#### Your instructions:
Take the entries that follow and return exactly the lines from the one holding "e8 v8 v5 LINE" through the one holding "e24 v22 v12 LINE", both included. Nothing else is needed.

#### Data extract:
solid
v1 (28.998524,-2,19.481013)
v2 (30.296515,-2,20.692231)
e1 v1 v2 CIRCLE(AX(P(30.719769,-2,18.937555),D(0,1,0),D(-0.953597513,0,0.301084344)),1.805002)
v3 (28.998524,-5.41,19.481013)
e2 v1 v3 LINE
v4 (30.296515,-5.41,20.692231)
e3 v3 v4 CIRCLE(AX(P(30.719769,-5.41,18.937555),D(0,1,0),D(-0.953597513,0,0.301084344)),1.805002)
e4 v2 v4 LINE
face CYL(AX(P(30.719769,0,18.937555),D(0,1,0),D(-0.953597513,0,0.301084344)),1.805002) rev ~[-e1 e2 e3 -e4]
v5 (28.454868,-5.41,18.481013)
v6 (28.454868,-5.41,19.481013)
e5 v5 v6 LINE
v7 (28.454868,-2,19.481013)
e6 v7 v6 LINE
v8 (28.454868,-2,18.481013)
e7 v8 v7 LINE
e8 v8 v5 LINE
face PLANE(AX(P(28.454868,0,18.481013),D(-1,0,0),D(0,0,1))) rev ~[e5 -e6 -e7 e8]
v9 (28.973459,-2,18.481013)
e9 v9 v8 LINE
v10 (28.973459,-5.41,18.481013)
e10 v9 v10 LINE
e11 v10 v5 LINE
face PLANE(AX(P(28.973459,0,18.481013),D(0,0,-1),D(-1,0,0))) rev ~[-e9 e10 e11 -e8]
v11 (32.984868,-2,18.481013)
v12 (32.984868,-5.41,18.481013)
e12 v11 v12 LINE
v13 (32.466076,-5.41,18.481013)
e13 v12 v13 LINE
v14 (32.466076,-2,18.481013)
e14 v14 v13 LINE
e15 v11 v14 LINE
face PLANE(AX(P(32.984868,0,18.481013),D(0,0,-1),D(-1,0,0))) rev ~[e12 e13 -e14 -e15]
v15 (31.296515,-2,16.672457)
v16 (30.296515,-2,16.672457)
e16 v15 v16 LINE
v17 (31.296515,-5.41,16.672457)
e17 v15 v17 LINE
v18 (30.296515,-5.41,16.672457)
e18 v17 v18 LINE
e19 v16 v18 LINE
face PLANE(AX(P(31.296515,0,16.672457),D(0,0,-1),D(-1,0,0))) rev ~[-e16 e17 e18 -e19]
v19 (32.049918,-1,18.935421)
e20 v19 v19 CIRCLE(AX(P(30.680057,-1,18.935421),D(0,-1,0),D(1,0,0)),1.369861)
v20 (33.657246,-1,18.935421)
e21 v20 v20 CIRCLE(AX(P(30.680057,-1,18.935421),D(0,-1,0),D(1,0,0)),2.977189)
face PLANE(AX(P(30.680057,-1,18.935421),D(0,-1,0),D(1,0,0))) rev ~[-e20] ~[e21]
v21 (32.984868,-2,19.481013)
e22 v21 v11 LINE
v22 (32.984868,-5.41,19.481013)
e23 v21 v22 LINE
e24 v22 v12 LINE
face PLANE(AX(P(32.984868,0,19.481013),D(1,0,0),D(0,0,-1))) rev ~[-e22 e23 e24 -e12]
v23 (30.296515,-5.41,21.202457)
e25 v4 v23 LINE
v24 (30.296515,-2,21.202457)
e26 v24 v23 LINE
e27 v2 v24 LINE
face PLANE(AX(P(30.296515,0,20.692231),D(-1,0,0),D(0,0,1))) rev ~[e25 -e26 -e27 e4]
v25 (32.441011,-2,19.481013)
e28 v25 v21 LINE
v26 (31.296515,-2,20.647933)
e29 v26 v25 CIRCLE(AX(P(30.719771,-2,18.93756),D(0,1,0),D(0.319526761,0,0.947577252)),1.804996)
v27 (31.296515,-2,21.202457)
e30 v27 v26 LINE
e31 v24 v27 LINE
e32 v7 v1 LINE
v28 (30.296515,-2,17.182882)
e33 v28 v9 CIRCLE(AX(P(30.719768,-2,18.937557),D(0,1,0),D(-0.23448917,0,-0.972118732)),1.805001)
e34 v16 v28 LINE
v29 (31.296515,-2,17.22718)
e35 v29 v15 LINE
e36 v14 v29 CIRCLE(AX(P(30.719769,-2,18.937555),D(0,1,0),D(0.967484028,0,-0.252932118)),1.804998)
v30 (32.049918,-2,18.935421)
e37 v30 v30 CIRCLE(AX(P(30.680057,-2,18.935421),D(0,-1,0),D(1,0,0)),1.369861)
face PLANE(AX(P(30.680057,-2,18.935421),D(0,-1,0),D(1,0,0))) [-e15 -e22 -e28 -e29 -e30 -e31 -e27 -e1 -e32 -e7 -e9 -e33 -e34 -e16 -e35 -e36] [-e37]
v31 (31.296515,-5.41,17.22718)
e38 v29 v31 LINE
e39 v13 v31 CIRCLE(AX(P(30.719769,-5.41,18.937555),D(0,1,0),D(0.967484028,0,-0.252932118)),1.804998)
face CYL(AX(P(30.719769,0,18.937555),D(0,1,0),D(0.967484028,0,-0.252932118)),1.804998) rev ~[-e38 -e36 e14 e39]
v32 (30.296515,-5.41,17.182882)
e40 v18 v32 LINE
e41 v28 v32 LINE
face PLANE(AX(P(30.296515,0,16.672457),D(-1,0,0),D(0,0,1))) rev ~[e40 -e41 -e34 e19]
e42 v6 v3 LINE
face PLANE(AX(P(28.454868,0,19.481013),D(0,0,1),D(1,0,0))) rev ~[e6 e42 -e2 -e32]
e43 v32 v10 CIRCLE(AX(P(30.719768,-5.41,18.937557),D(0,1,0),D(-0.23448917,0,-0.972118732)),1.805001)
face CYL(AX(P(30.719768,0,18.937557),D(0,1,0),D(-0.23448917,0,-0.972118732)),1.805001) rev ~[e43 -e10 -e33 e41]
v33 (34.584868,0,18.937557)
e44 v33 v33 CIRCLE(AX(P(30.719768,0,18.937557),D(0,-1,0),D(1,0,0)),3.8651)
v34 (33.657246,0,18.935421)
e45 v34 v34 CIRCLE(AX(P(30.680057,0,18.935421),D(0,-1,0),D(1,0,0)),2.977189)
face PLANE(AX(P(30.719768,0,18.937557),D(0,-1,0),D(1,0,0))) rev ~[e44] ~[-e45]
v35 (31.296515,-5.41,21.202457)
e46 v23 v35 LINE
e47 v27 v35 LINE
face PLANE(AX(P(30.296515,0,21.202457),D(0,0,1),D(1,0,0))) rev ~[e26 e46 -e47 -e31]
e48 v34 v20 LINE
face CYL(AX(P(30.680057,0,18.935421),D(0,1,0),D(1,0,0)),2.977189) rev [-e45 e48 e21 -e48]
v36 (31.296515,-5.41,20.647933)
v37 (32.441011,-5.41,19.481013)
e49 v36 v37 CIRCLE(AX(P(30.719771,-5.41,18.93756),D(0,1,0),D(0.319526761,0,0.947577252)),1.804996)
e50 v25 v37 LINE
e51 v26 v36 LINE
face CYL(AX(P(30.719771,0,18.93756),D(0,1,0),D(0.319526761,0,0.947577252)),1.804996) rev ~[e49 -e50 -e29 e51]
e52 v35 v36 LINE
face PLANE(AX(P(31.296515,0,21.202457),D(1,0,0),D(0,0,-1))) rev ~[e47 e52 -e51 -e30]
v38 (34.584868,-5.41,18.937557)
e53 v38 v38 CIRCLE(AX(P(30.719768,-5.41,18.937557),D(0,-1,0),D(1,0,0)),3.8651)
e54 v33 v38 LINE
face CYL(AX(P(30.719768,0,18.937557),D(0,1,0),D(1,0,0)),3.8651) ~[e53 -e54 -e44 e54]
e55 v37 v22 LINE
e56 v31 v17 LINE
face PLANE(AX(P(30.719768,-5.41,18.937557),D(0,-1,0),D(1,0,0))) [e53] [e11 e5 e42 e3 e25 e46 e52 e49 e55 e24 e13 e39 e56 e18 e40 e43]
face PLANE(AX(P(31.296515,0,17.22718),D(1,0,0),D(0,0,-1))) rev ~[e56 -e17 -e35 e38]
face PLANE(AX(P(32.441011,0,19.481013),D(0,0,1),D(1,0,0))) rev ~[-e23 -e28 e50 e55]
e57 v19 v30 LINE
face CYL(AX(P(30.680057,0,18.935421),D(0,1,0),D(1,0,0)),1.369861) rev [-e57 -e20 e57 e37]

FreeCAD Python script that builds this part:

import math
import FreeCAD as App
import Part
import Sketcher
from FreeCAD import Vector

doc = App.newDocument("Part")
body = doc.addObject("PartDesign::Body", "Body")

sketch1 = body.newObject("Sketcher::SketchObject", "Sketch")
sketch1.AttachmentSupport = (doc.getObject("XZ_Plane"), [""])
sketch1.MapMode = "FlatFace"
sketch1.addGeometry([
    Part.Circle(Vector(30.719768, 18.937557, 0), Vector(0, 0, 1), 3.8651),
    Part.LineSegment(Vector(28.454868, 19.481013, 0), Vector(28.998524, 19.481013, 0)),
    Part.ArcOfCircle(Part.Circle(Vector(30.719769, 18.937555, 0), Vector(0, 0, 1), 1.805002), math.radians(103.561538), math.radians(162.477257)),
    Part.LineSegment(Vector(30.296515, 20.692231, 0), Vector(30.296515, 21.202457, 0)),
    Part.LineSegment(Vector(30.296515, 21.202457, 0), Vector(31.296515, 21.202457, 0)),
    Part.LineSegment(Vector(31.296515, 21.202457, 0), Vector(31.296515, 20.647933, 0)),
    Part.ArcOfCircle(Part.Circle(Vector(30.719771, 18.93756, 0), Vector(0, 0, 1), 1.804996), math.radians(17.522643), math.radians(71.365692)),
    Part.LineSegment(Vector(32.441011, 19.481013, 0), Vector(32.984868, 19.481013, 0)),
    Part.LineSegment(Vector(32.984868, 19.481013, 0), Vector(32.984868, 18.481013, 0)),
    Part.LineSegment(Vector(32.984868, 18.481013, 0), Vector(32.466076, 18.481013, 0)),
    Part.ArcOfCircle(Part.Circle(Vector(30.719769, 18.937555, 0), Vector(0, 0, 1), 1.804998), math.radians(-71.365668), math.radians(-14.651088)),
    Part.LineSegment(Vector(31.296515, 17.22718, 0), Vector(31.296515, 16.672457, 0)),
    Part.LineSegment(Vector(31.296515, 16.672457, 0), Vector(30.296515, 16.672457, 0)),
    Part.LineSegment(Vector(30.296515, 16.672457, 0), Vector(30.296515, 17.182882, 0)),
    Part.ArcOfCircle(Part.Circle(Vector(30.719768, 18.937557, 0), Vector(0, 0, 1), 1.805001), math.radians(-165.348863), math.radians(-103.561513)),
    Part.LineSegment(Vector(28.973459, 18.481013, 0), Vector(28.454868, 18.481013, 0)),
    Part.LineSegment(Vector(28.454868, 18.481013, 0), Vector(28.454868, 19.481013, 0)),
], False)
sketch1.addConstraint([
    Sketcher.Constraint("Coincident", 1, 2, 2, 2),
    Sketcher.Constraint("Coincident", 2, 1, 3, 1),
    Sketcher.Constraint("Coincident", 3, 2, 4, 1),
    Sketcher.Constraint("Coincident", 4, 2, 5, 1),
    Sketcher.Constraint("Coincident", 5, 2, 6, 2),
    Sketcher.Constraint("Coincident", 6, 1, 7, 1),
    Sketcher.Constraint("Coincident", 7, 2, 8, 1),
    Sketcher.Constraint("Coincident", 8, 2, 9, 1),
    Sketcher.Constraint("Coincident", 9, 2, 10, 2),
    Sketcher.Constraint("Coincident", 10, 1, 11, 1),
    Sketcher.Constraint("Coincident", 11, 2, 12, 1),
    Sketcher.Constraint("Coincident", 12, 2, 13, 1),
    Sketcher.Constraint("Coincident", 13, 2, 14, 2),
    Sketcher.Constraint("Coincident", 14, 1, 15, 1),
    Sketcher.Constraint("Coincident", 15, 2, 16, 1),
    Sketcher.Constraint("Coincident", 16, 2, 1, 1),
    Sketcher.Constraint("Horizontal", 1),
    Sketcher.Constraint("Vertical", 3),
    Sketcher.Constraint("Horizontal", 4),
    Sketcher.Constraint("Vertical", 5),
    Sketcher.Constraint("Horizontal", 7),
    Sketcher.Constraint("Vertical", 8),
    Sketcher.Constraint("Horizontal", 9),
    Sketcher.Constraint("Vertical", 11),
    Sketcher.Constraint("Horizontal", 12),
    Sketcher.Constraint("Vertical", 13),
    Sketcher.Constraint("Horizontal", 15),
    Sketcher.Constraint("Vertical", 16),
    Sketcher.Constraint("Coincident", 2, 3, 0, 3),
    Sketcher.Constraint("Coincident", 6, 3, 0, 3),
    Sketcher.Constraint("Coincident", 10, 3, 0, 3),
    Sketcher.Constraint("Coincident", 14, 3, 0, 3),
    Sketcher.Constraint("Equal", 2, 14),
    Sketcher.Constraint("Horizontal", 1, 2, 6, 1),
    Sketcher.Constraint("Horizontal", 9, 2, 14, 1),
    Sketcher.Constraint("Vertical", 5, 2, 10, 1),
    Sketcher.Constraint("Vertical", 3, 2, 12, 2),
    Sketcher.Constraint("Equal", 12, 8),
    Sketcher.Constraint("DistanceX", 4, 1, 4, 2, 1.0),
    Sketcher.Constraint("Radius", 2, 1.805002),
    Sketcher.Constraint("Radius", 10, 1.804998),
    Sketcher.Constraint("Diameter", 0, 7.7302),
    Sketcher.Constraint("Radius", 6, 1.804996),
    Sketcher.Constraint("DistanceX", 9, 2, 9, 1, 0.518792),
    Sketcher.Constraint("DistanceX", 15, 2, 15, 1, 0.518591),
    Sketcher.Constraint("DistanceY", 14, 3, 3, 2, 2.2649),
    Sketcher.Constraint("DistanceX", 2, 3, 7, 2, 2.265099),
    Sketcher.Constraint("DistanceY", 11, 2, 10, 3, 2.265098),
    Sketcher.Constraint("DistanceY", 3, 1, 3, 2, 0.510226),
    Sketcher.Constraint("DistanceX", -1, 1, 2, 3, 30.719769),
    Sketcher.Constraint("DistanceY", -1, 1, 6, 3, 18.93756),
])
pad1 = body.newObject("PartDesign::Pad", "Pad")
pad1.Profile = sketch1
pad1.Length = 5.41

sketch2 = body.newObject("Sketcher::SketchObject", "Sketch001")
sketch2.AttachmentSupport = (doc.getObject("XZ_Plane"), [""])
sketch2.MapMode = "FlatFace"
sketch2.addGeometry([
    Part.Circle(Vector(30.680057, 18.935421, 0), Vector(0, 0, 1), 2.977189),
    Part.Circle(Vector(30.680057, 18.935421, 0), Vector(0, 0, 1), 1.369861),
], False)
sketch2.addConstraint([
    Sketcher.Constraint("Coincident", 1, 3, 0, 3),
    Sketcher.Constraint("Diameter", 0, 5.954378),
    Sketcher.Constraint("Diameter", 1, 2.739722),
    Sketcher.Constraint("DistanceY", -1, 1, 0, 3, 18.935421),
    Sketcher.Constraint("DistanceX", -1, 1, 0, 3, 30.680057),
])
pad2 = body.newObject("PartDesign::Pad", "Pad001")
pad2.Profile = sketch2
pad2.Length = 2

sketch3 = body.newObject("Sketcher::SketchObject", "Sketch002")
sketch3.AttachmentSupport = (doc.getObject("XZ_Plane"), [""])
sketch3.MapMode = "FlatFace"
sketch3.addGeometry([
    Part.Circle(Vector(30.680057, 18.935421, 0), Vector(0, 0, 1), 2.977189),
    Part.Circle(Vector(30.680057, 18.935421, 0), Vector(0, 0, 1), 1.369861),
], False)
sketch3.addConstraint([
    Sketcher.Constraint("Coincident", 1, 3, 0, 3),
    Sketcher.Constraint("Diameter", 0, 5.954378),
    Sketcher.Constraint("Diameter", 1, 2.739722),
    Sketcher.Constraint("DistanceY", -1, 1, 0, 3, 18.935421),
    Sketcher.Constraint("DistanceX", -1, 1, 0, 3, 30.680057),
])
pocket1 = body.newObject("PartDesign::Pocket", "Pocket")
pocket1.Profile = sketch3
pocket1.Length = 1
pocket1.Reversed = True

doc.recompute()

#### Answer to this task:
e8 v8 v5 LINE
face PLANE(AX(P(28.454868,0,18.481013),D(-1,0,0),D(0,0,1))) rev ~[e5 -e6 -e7 e8]
v9 (28.973459,-2,18.481013)
e9 v9 v8 LINE
v10 (28.973459,-5.41,18.481013)
e10 v9 v10 LINE
e11 v10 v5 LINE
face PLANE(AX(P(28.973459,0,18.481013),D(0,0,-1),D(-1,0,0))) rev ~[-e9 e10 e11 -e8]
v11 (32.984868,-2,18.481013)
v12 (32.984868,-5.41,18.481013)
e12 v11 v12 LINE
v13 (32.466076,-5.41,18.481013)
e13 v12 v13 LINE
v14 (32.466076,-2,18.481013)
e14 v14 v13 LINE
e15 v11 v14 LINE
face PLANE(AX(P(32.984868,0,18.481013),D(0,0,-1),D(-1,0,0))) rev ~[e12 e13 -e14 -e15]
v15 (31.296515,-2,16.672457)
v16 (30.296515,-2,16.672457)
e16 v15 v16 LINE
v17 (31.296515,-5.41,16.672457)
e17 v15 v17 LINE
v18 (30.296515,-5.41,16.672457)
e18 v17 v18 LINE
e19 v16 v18 LINE
face PLANE(AX(P(31.296515,0,16.672457),D(0,0,-1),D(-1,0,0))) rev ~[-e16 e17 e18 -e19]
v19 (32.049918,-1,18.935421)
e20 v19 v19 CIRCLE(AX(P(30.680057,-1,18.935421),D(0,-1,0),D(1,0,0)),1.369861)
v20 (33.657246,-1,18.935421)
e21 v20 v20 CIRCLE(AX(P(30.680057,-1,18.935421),D(0,-1,0),D(1,0,0)),2.977189)
face PLANE(AX(P(30.680057,-1,18.935421),D(0,-1,0),D(1,0,0))) rev ~[-e20] ~[e21]
v21 (32.984868,-2,19.481013)
e22 v21 v11 LINE
v22 (32.984868,-5.41,19.481013)
e23 v21 v22 LINE
e24 v22 v12 LINE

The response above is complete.